───── Task inputs

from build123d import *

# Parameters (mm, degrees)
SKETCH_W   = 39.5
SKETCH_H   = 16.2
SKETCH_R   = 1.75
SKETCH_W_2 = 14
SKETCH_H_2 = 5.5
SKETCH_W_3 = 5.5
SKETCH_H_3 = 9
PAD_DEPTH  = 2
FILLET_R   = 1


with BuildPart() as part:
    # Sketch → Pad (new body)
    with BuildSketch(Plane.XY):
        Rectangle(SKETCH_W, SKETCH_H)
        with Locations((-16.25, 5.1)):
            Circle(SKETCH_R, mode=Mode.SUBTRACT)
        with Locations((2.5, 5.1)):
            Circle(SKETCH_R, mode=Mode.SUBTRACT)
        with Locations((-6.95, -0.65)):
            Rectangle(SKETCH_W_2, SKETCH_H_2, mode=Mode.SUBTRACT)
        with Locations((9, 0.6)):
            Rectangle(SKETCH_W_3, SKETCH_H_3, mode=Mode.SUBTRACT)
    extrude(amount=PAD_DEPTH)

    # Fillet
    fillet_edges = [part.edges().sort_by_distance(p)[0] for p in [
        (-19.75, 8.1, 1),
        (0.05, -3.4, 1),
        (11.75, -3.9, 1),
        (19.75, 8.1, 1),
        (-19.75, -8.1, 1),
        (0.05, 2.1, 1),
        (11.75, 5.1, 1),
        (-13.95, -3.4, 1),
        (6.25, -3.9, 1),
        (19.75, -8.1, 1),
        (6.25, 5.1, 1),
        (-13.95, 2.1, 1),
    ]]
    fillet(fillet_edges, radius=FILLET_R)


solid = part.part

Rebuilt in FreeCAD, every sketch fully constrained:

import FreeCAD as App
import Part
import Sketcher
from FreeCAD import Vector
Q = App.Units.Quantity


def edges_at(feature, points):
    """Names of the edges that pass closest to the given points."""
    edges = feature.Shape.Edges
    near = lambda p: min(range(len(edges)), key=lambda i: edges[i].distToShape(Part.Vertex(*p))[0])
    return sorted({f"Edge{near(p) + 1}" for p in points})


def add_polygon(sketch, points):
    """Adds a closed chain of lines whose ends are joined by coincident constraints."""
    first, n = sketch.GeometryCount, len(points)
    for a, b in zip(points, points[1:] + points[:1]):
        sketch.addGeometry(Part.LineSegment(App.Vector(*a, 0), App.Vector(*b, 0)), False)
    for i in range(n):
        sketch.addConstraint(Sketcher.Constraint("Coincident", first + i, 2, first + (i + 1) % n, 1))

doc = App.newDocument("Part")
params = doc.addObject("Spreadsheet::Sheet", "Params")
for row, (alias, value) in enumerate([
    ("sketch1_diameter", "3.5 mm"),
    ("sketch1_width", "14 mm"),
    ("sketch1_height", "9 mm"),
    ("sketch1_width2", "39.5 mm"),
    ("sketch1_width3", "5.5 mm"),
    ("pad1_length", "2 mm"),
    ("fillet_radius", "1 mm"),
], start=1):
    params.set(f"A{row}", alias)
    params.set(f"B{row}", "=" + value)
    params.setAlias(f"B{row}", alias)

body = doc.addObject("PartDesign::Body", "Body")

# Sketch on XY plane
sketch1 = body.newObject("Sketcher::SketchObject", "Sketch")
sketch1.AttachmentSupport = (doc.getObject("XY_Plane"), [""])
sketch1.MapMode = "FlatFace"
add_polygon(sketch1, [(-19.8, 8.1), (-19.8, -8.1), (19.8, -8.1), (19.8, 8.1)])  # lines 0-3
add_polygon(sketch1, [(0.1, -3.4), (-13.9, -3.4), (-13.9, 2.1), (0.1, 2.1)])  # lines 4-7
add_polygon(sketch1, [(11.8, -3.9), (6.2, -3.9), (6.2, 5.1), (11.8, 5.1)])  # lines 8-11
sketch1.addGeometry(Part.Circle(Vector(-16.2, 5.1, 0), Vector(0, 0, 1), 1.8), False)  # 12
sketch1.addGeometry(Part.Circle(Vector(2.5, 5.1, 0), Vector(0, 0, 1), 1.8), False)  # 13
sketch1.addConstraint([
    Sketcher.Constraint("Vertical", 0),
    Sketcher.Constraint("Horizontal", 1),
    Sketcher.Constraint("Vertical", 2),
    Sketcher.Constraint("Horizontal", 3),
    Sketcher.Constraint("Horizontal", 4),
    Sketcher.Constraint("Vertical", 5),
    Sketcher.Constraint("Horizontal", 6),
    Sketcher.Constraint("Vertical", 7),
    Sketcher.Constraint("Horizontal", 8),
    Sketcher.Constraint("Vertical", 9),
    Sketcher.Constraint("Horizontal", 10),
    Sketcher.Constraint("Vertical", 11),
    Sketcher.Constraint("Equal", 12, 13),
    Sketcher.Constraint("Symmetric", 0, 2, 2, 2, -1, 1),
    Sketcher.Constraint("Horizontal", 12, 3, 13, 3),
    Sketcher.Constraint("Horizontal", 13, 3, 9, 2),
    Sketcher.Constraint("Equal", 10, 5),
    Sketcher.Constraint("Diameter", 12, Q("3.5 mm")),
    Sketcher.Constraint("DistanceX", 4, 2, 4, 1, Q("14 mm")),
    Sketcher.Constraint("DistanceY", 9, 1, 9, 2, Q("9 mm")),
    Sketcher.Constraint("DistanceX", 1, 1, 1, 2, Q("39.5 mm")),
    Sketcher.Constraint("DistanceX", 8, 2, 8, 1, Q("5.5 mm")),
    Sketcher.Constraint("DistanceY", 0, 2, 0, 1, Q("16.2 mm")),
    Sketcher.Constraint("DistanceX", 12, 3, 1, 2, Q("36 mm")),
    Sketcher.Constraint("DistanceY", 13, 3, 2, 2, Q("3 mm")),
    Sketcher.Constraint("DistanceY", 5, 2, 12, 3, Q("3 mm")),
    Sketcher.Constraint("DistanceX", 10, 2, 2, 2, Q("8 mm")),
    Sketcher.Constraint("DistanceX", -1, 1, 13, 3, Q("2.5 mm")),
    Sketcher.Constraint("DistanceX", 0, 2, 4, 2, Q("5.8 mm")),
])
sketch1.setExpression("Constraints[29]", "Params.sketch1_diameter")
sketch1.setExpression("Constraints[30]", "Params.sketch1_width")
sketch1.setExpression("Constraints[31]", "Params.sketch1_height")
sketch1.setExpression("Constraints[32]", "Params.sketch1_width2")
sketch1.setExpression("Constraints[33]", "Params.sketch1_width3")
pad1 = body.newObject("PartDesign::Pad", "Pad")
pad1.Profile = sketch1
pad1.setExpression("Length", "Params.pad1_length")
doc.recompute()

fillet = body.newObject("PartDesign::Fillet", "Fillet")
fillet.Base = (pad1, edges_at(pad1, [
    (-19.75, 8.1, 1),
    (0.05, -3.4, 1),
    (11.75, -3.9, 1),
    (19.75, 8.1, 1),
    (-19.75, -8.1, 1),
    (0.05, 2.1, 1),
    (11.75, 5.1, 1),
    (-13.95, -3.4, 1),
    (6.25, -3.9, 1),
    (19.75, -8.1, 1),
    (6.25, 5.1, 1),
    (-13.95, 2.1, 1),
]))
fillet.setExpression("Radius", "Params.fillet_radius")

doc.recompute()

──────────

### Aim of the task:
An answer is complete only when it holds every line above containing the string "with".

### Solution below:
with BuildPart() as part:
    with BuildSketch(Plane.XY):
        with Locations((-16.25, 5.1)):
        with Locations((2.5, 5.1)):
        with Locations((-6.95, -0.65)):
        with Locations((9, 0.6)):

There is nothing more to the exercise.